■ TASK INSTRUCTIONS ■
After locating the line that contains "#52=ORIENTED_EDGE('',*,*,#51,.F.);" in the data below, set down exactly that line and each one after it through the line that contains "#88=LINE('',#82,#87);", and nothing more.

■ INFORMATION SUPPLIED ■
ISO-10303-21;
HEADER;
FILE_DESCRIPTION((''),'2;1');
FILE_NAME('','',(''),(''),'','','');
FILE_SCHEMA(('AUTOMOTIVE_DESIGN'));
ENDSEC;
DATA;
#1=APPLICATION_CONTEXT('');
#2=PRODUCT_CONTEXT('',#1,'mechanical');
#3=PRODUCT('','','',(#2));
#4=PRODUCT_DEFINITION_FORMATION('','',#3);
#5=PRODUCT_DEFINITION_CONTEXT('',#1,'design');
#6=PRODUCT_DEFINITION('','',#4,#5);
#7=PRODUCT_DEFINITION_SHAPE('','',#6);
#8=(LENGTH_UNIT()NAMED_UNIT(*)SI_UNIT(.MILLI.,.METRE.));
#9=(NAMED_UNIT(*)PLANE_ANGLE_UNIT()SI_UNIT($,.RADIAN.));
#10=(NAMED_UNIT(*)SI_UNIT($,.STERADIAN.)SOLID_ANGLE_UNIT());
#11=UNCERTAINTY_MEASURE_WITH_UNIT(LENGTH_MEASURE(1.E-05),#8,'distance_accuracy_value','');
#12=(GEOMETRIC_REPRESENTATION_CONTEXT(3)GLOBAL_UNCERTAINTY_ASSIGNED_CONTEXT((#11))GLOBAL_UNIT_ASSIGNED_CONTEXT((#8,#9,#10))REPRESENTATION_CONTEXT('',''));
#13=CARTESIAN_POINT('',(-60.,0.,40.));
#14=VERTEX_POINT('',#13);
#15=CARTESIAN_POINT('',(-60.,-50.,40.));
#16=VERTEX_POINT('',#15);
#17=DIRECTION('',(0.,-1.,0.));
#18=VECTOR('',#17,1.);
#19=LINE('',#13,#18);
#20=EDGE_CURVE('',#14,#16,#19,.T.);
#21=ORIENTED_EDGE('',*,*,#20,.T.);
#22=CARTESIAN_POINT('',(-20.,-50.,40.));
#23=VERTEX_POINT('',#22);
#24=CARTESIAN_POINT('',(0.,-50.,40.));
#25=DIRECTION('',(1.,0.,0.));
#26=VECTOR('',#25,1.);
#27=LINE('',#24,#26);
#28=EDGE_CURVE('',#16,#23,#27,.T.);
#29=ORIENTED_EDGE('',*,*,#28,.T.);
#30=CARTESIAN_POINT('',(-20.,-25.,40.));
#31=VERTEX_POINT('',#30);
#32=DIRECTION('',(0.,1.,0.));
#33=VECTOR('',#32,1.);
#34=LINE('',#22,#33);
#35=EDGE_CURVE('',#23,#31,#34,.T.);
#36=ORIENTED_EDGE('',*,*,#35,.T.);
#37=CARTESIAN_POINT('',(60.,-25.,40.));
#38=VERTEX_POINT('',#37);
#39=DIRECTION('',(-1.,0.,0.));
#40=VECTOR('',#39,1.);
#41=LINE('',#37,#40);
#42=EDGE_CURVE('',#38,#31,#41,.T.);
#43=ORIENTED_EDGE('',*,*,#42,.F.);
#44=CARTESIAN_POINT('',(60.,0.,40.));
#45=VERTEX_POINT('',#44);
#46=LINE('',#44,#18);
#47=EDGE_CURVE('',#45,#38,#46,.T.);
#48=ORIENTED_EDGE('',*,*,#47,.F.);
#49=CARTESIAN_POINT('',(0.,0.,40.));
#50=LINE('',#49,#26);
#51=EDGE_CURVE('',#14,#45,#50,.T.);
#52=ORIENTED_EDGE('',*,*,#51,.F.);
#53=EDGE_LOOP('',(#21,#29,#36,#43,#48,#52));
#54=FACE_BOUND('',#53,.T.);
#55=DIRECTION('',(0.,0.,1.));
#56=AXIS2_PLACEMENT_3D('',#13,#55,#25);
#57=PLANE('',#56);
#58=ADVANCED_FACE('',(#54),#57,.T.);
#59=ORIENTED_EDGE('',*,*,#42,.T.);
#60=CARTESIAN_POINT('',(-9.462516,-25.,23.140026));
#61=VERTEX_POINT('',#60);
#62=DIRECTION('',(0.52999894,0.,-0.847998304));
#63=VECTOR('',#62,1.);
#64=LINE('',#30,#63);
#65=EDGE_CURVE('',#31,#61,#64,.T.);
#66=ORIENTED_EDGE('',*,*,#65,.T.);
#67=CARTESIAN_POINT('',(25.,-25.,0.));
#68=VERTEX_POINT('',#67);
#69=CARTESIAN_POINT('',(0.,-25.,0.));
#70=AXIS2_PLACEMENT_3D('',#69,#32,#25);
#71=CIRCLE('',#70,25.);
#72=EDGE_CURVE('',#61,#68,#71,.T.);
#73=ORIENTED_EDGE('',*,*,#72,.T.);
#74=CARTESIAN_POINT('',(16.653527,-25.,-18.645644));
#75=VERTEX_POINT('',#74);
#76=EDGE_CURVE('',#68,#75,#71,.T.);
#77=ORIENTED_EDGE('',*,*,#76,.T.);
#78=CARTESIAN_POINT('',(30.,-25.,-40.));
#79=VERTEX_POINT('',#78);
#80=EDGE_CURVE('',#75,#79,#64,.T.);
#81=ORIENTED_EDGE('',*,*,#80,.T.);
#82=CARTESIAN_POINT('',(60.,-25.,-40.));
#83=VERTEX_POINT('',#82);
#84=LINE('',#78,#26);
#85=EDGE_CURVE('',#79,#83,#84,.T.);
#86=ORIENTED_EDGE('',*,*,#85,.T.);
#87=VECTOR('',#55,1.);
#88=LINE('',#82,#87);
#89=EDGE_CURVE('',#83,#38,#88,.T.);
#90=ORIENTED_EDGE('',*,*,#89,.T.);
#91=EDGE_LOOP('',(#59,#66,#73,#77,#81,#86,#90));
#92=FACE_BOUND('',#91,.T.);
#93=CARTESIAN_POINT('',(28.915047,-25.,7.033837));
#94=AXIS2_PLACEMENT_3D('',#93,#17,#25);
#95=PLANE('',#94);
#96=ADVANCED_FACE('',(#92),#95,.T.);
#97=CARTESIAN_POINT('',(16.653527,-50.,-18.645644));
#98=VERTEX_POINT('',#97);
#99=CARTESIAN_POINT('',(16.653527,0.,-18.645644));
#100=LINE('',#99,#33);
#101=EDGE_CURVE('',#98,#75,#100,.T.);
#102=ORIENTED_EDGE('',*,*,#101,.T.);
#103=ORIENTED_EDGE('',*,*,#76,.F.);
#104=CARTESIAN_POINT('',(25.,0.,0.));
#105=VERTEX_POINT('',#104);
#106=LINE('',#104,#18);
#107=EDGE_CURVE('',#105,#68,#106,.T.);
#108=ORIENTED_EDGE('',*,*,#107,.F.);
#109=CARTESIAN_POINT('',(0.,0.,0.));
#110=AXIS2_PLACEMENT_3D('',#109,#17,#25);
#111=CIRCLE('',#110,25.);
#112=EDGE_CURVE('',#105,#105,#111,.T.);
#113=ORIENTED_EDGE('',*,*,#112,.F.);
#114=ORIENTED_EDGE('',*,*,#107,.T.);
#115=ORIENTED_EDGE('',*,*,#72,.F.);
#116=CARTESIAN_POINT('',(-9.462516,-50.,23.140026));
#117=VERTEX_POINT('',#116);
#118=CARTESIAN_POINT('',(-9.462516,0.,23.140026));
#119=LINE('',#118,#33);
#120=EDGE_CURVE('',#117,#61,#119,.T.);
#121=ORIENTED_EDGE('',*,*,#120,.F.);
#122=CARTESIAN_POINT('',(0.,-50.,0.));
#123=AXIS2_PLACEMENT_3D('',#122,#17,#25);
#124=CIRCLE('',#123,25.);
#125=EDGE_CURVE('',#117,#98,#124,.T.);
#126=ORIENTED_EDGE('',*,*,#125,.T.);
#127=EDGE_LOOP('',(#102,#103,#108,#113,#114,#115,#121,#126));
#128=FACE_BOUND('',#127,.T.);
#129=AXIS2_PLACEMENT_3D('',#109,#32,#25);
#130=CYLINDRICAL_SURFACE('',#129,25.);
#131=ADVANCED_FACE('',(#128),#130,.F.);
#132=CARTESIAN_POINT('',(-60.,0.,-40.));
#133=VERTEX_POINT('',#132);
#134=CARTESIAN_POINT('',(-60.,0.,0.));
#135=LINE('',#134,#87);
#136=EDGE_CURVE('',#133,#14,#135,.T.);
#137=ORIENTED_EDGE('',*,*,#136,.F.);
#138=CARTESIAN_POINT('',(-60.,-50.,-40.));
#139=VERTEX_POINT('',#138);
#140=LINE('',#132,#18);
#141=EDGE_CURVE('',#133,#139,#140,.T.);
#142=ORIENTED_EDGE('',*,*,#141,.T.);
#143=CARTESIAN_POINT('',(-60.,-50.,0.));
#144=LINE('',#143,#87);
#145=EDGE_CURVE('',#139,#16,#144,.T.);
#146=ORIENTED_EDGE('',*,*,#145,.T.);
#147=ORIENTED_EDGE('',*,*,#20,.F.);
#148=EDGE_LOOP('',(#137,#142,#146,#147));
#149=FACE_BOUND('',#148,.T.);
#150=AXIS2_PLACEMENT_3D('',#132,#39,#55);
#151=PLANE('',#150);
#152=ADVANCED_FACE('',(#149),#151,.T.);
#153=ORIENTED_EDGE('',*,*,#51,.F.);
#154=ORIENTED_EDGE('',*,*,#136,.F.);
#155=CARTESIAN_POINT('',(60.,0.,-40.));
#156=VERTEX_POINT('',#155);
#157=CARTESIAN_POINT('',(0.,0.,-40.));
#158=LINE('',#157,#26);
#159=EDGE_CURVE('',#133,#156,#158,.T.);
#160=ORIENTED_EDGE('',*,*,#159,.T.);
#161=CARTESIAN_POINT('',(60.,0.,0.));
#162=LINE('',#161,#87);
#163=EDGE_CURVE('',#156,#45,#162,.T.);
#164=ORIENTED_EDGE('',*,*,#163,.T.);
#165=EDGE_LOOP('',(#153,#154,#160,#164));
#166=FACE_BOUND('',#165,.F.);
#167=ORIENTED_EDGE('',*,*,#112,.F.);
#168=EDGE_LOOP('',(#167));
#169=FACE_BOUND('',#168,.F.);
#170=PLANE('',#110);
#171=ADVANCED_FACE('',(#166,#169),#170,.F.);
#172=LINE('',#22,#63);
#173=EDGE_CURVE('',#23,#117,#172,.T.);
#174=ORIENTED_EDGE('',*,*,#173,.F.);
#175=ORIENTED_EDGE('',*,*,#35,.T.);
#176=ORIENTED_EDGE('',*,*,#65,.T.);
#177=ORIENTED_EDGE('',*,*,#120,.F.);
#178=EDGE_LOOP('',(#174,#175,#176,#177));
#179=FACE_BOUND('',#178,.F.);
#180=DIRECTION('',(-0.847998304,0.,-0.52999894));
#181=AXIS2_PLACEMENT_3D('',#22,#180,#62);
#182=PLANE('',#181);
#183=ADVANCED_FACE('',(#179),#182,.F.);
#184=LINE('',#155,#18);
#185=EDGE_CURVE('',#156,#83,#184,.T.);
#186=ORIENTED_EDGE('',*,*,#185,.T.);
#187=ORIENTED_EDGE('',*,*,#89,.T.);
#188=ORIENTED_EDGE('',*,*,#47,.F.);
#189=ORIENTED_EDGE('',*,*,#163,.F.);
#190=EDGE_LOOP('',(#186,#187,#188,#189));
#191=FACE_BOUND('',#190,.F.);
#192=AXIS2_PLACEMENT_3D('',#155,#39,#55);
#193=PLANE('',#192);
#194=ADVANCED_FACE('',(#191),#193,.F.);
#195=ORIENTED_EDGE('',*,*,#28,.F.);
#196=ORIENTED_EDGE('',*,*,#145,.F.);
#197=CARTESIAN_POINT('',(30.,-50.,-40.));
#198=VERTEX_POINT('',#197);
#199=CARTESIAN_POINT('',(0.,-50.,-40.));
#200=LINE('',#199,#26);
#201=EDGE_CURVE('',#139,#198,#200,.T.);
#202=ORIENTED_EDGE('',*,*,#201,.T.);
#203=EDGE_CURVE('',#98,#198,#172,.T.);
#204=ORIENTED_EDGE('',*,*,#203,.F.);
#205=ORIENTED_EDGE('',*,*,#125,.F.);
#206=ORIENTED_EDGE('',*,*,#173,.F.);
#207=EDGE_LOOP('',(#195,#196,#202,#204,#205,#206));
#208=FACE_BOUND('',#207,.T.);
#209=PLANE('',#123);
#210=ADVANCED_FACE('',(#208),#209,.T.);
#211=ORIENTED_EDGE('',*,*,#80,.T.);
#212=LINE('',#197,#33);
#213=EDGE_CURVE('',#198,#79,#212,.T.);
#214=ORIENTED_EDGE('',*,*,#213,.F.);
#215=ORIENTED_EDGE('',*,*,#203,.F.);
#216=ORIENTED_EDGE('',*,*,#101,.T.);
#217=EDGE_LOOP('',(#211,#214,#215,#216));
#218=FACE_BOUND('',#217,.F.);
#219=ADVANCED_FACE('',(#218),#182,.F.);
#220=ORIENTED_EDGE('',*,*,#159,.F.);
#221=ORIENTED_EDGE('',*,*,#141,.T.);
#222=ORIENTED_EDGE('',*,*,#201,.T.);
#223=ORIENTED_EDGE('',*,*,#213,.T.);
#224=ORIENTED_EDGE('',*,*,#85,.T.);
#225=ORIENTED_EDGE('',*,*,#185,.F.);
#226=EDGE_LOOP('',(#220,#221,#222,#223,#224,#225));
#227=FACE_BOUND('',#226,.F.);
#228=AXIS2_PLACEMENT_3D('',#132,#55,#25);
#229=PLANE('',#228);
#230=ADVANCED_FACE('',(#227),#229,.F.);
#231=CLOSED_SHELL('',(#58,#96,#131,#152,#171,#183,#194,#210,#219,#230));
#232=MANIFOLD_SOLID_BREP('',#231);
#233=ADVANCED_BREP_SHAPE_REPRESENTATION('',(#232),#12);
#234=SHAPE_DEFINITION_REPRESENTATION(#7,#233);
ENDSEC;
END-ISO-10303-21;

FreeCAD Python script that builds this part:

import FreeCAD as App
import Part
import Sketcher

V = App.Vector
Q = App.Units.Quantity

doc = App.newDocument("Part")
body = doc.addObject("PartDesign::Body", "Body")

# Sketch on XZ plane
sketch1 = body.newObject("Sketcher::SketchObject", "Sketch")
sketch1.AttachmentSupport = (doc.getObject("XZ_Plane"), [""])
sketch1.MapMode = "FlatFace"
sketch1.addGeometry(Part.LineSegment(V(-60, 40, 0), V(-60, -40, 0)), False)
sketch1.addGeometry(Part.LineSegment(V(-60, -40, 0), V(60, -40, 0)), False)
sketch1.addGeometry(Part.LineSegment(V(60, -40, 0), V(60, 40, 0)), False)
sketch1.addGeometry(Part.LineSegment(V(60, 40, 0), V(-60, 40, 0)), False)
sketch1.addGeometry(Part.Circle(V(0, 0, 0), V(0, 0, 1), 25), False)
sketch1.addConstraint(Sketcher.Constraint("Coincident", 0, 2, 1, 1))
sketch1.addConstraint(Sketcher.Constraint("Coincident", 1, 2, 2, 1))
sketch1.addConstraint(Sketcher.Constraint("Coincident", 2, 2, 3, 1))
sketch1.addConstraint(Sketcher.Constraint("Coincident", 3, 2, 0, 1))
sketch1.addConstraint(Sketcher.Constraint("Vertical", 0))
sketch1.addConstraint(Sketcher.Constraint("Horizontal", 1))
sketch1.addConstraint(Sketcher.Constraint("Vertical", 2))
sketch1.addConstraint(Sketcher.Constraint("Horizontal", 3))
sketch1.addConstraint(Sketcher.Constraint("Coincident", 4, 3, -1, 1))
sketch1.addConstraint(Sketcher.Constraint("Symmetric", 0, 2, 2, 2, -1, 1))
sketch1.addConstraint(Sketcher.Constraint("Diameter", 4, Q("50 mm")))
sketch1.addConstraint(Sketcher.Constraint("DistanceX", 1, 1, 1, 2, Q("120 mm")))
sketch1.addConstraint(Sketcher.Constraint("DistanceY", 0, 2, 0, 1, Q("80 mm")))
pad1 = body.newObject("PartDesign::Pad", "Pad")
pad1.Profile = sketch1
pad1.Length = 50

# Sketch on XZ plane
sketch2 = body.newObject("Sketcher::SketchObject", "Sketch001")
sketch2.AttachmentSupport = (doc.getObject("XZ_Plane"), [""])
sketch2.MapMode = "FlatFace"
sketch2.AttachmentOffset = App.Placement(V(0, 0, 50), App.Rotation())
sketch2.addGeometry(Part.LineSegment(V(60, -40, 0), V(60, 40, 0)), False)
sketch2.addGeometry(Part.LineSegment(V(60, 40, 0), V(-20, 40, 0)), False)
sketch2.addGeometry(Part.LineSegment(V(-20, 40, 0), V(30, -40, 0)), False)
sketch2.addGeometry(Part.LineSegment(V(30, -40, 0), V(60, -40, 0)), False)
sketch2.addConstraint(Sketcher.Constraint("Coincident", 0, 2, 1, 1))
sketch2.addConstraint(Sketcher.Constraint("Coincident", 1, 2, 2, 1))
sketch2.addConstraint(Sketcher.Constraint("Coincident", 2, 2, 3, 1))
sketch2.addConstraint(Sketcher.Constraint("Coincident", 3, 2, 0, 1))
sketch2.addConstraint(Sketcher.Constraint("Vertical", 0))
sketch2.addConstraint(Sketcher.Constraint("Horizontal", 1))
sketch2.addConstraint(Sketcher.Constraint("Horizontal", 3))
sketch2.addConstraint(Sketcher.Constraint("Equal", 1, 0))
sketch2.addConstraint(Sketcher.Constraint("DistanceX", 1, 2, 1, 1, Q("80 mm")))
sketch2.addConstraint(Sketcher.Constraint("DistanceX", 3, 1, 3, 2, Q("30 mm")))
sketch2.addConstraint(Sketcher.Constraint("DistanceX", -1, 1, 0, 2, Q("60 mm")))
sketch2.addConstraint(Sketcher.Constraint("DistanceY", -1, 1, 0, 2, Q("40 mm")))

■ THE ANSWER ■
#52=ORIENTED_EDGE('',*,*,#51,.F.);
#53=EDGE_LOOP('',(#21,#29,#36,#43,#48,#52));
#54=FACE_BOUND('',#53,.T.);
#55=DIRECTION('',(0.,0.,1.));
#56=AXIS2_PLACEMENT_3D('',#13,#55,#25);
#57=PLANE('',#56);
#58=ADVANCED_FACE('',(#54),#57,.T.);
#59=ORIENTED_EDGE('',*,*,#42,.T.);
#60=CARTESIAN_POINT('',(-9.462516,-25.,23.140026));
#61=VERTEX_POINT('',#60);
#62=DIRECTION('',(0.52999894,0.,-0.847998304));
#63=VECTOR('',#62,1.);
#64=LINE('',#30,#63);
#65=EDGE_CURVE('',#31,#61,#64,.T.);
#66=ORIENTED_EDGE('',*,*,#65,.T.);
#67=CARTESIAN_POINT('',(25.,-25.,0.));
#68=VERTEX_POINT('',#67);
#69=CARTESIAN_POINT('',(0.,-25.,0.));
#70=AXIS2_PLACEMENT_3D('',#69,#32,#25);
#71=CIRCLE('',#70,25.);
#72=EDGE_CURVE('',#61,#68,#71,.T.);
#73=ORIENTED_EDGE('',*,*,#72,.T.);
#74=CARTESIAN_POINT('',(16.653527,-25.,-18.645644));
#75=VERTEX_POINT('',#74);
#76=EDGE_CURVE('',#68,#75,#71,.T.);
#77=ORIENTED_EDGE('',*,*,#76,.T.);
#78=CARTESIAN_POINT('',(30.,-25.,-40.));
#79=VERTEX_POINT('',#78);
#80=EDGE_CURVE('',#75,#79,#64,.T.);
#81=ORIENTED_EDGE('',*,*,#80,.T.);
#82=CARTESIAN_POINT('',(60.,-25.,-40.));
#83=VERTEX_POINT('',#82);
#84=LINE('',#78,#26);
#85=EDGE_CURVE('',#79,#83,#84,.T.);
#86=ORIENTED_EDGE('',*,*,#85,.T.);
#87=VECTOR('',#55,1.);
#88=LINE('',#82,#87);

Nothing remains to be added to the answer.